- Task details:
Within the lines below, find those that hold the string "None" and copy each one.
===== Records for this task =====
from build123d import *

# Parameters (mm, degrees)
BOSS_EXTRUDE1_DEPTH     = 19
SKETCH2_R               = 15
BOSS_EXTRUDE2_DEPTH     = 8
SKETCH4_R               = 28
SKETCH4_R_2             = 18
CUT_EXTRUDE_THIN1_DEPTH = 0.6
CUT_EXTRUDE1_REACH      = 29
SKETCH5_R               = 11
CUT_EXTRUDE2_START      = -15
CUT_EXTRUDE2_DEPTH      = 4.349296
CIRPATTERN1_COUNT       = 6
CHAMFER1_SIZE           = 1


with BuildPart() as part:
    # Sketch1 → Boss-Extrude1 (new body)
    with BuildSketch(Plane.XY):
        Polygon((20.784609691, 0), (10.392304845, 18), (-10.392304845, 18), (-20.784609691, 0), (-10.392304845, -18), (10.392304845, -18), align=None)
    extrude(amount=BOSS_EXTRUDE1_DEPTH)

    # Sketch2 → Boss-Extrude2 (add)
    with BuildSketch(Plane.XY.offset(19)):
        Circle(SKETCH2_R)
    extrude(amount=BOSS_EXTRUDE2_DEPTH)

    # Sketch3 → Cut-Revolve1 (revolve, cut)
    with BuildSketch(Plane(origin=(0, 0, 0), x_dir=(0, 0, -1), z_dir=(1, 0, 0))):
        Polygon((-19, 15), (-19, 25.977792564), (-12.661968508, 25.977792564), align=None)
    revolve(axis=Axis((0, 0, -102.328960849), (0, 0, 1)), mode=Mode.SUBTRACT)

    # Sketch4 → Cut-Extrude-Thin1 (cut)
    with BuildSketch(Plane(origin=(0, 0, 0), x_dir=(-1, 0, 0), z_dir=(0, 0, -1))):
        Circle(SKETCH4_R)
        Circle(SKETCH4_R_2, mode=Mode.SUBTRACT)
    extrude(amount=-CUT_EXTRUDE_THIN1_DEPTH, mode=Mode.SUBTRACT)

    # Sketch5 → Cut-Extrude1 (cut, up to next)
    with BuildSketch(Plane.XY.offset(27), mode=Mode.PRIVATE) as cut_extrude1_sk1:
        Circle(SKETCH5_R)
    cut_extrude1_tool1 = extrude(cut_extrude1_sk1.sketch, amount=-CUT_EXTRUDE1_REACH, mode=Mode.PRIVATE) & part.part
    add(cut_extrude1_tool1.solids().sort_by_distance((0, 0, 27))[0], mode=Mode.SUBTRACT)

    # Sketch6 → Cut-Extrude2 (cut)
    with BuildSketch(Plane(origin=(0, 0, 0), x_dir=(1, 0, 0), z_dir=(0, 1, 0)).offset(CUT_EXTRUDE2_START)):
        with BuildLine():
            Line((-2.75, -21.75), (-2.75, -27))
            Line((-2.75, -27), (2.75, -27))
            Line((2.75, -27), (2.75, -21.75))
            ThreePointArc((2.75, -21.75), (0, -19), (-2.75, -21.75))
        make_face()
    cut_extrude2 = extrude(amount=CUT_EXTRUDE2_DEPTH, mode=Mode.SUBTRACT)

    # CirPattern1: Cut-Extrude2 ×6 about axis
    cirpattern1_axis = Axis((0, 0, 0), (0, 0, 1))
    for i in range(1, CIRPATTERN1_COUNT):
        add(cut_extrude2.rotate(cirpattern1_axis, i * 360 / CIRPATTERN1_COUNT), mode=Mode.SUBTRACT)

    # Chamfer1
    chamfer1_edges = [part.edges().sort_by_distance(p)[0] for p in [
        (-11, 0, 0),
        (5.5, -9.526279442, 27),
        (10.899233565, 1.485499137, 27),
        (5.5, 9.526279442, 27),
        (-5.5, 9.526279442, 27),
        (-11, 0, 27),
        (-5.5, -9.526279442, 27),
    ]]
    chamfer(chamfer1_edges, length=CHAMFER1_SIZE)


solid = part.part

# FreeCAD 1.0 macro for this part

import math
import FreeCAD as App
import Part
import Sketcher

V = App.Vector
Q = App.Units.Quantity


def edges_at(feature, points):
    """Names of the edges that pass closest to the given points."""
    edges = feature.Shape.Edges
    near = lambda p: min(range(len(edges)), key=lambda i: edges[i].distToShape(Part.Vertex(*p))[0])
    return sorted({f"Edge{near(p) + 1}" for p in points})


def add_polygon(sketch, points):
    """Adds a closed chain of lines whose ends are joined by coincident constraints."""
    first, n = sketch.GeometryCount, len(points)
    for a, b in zip(points, points[1:] + points[:1]):
        sketch.addGeometry(Part.LineSegment(App.Vector(*a, 0), App.Vector(*b, 0)), False)
    for i in range(n):
        sketch.addConstraint(Sketcher.Constraint("Coincident", first + i, 2, first + (i + 1) % n, 1))

doc = App.newDocument("Part")
body = doc.addObject("PartDesign::Body", "Body")

sketch1 = doc.addObject("Sketcher::SketchObject", "Sketch")
body.addObject(sketch1)
sketch1.AttachmentSupport = (doc.XY_Plane, [""])
sketch1.MapMode = "FlatFace"
add_polygon(sketch1, [(21, 0), (10, 18), (-10, 18), (-21, 0), (-10, -18), (10, -18)])
sketch1.addConstraint(Sketcher.Constraint("Horizontal", 1))
sketch1.addConstraint(Sketcher.Constraint("Horizontal", 4))
sketch1.addConstraint(Sketcher.Constraint("Symmetric", 0, 2, 3, 2, -1, 1))
sketch1.addConstraint(Sketcher.Constraint("Symmetric", 2, 2, 5, 2, -1, 1))
sketch1.addConstraint(Sketcher.Constraint("PointOnObject", 2, 2, -1))
sketch1.addConstraint(Sketcher.Constraint("Parallel", 2, 5))
sketch1.addConstraint(Sketcher.Constraint("Vertical", 1, 2, 3, 2))
sketch1.addConstraint(Sketcher.Constraint("Angle", 0, Q("120 deg")))
sketch1.addConstraint(Sketcher.Constraint("DistanceY", -1, 1, 0, 2, Q("18 mm")))
sketch1.addConstraint(Sketcher.Constraint("DistanceX", 1, 2, 1, 1, Q("20.78461 mm")))
pad1 = doc.addObject("PartDesign::Pad", "Pad")
body.addObject(pad1)
pad1.Profile = sketch1
pad1.Length = 19

sketch2 = doc.addObject("Sketcher::SketchObject", "Sketch001")
body.addObject(sketch2)
sketch2.AttachmentSupport = (doc.XY_Plane, [""])
sketch2.MapMode = "FlatFace"
sketch2.AttachmentOffset = App.Placement(V(0, 0, 19), App.Rotation())
sketch2.addGeometry(Part.Circle(V(0, 0, 0), V(0, 0, 1), 15), False)
sketch2.addConstraint(Sketcher.Constraint("Coincident", 0, 3, -1, 1))
sketch2.addConstraint(Sketcher.Constraint("Diameter", 0, Q("30 mm")))
pad2 = doc.addObject("PartDesign::Pad", "Pad001")
body.addObject(pad2)
pad2.Profile = sketch2
pad2.Length = 8

sketch3 = doc.addObject("Sketcher::SketchObject", "Sketch002")
body.addObject(sketch3)
sketch3.AttachmentSupport = (doc.YZ_Plane, [""])
sketch3.MapMode = "FlatFace"
add_polygon(sketch3, [(26, 19), (15, 19), (26, 13)])
sketch3.addConstraint(Sketcher.Constraint("Horizontal", 0))
sketch3.addConstraint(Sketcher.Constraint("Vertical", 2))
sketch3.addConstraint(Sketcher.Constraint("Angle", 1, Q("-30 deg")))
sketch3.addConstraint(Sketcher.Constraint("DistanceX", -1, 1, 0, 2, Q("15 mm")))
sketch3.addConstraint(Sketcher.Constraint("DistanceY", -1, 1, 0, 2, Q("19 mm")))
sketch3.addConstraint(Sketcher.Constraint("DistanceY", 2, 1, 2, 2, Q("6.338031 mm")))
groove = doc.addObject("PartDesign::Groove", "Groove")
body.addObject(groove)
groove.Profile = sketch3
groove.ReferenceAxis = (sketch3, ["V_Axis"])
groove.Angle = 360

sketch4 = doc.addObject("Sketcher::SketchObject", "Sketch003")
body.addObject(sketch4)
sketch4.AttachmentSupport = (doc.XY_Plane, [""])
sketch4.MapMode = "FlatFace"
sketch4.addGeometry(Part.Circle(V(0, 0, 0), V(0, 0, 1), 28), False)
sketch4.addGeometry(Part.Circle(V(0, 0, 0), V(0, 0, 1), 18), False)
sketch4.addConstraint(Sketcher.Constraint("Coincident", 0, 3, -1, 1))
sketch4.addConstraint(Sketcher.Constraint("Coincident", 1, 3, -1, 1))
sketch4.addConstraint(Sketcher.Constraint("Diameter", 0, Q("56 mm")))
sketch4.addConstraint(Sketcher.Constraint("Diameter", 1, Q("36 mm")))
pocket1 = doc.addObject("PartDesign::Pocket", "Pocket")
body.addObject(pocket1)
pocket1.Profile = sketch4
pocket1.Length = 0.6
pocket1.Reversed = True

sketch5 = doc.addObject("Sketcher::SketchObject", "Sketch004")
body.addObject(sketch5)
sketch5.AttachmentSupport = (doc.XY_Plane, [""])
sketch5.MapMode = "FlatFace"
sketch5.AttachmentOffset = App.Placement(V(0, 0, 27), App.Rotation())
sketch5.addGeometry(Part.Circle(V(0, 0, 0), V(0, 0, 1), 11), False)
sketch5.addConstraint(Sketcher.Constraint("Coincident", 0, 3, -1, 1))
sketch5.addConstraint(Sketcher.Constraint("Diameter", 0, Q("22 mm")))
pocket2 = doc.addObject("PartDesign::Pocket", "Pocket001")
body.addObject(pocket2)
pocket2.Profile = sketch5
pocket2.Type = "UpToFirst"

sketch6 = doc.addObject("Sketcher::SketchObject", "Sketch005")
body.addObject(sketch6)
sketch6.AttachmentSupport = (doc.XZ_Plane, [""])
sketch6.MapMode = "FlatFace"
sketch6.AttachmentOffset = App.Placement(V(0, 0, 15), App.Rotation())
sketch6.addGeometry(Part.LineSegment(V(-2.8, 21.8, 0), V(-2.8, 27, 0)), False)
sketch6.addGeometry(Part.LineSegment(V(-2.8, 27, 0), V(2.8, 27, 0)), False)
sketch6.addGeometry(Part.LineSegment(V(2.8, 27, 0), V(2.8, 21.8, 0)), False)
sketch6.addGeometry(Part.ArcOfCircle(Part.Circle(V(0, 21.8, 0), V(0, 0, 1), 2.8), math.radians(180), math.radians(360)), False)
sketch6.addConstraint(Sketcher.Constraint("Coincident", 0, 2, 1, 1))
sketch6.addConstraint(Sketcher.Constraint("Coincident", 1, 2, 2, 1))
sketch6.addConstraint(Sketcher.Constraint("Tangent", 2, 2, 3, 2))
sketch6.addConstraint(Sketcher.Constraint("Tangent", 3, 1, 0, 1))
sketch6.addConstraint(Sketcher.Constraint("Vertical", 0))
sketch6.addConstraint(Sketcher.Constraint("Horizontal", 1))
sketch6.addConstraint(Sketcher.Constraint("Vertical", 2))
sketch6.addConstraint(Sketcher.Constraint("PointOnObject", 3, 3, -2))
sketch6.addConstraint(Sketcher.Constraint("Radius", 3, Q("2.75 mm")))
sketch6.addConstraint(Sketcher.Constraint("DistanceY", -1, 1, 0, 2, Q("27 mm")))
sketch6.addConstraint(Sketcher.Constraint("DistanceY", 0, 1, 0, 2, Q("5.25 mm")))
pocket3 = doc.addObject("PartDesign::Pocket", "Pocket002")
body.addObject(pocket3)
pocket3.Profile = sketch6
pocket3.Length = 4.349296
doc.recompute()

polarpattern = doc.addObject("PartDesign::PolarPattern", "PolarPattern")
body.addObject(polarpattern)
polarpattern.Originals = [pocket3]
polarpattern.Axis = (doc.Z_Axis, [""])
polarpattern.Angle = 360
polarpattern.Occurrences = 6
body.Tip = polarpattern
doc.recompute()

chamfer = doc.addObject("PartDesign::Chamfer", "Chamfer")
body.addObject(chamfer)
chamfer.Base = (polarpattern, edges_at(polarpattern, [
    (-11, 0, 0),
    (5.5, -9.526, 27),
    (10.899, 1.485, 27),
    (5.5, 9.526, 27),
    (-5.5, 9.526, 27),
    (-11, 0, 27),
    (-5.5, -9.526, 27),
]))
chamfer.Size = 1

doc.recompute()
=====
- Written reply:
        Polygon((20.784609691, 0), (10.392304845, 18), (-10.392304845, 18), (-20.784609691, 0), (-10.392304845, -18), (10.392304845, -18), align=None)
        Polygon((-19, 15), (-19, 25.977792564), (-12.661968508, 25.977792564), align=None)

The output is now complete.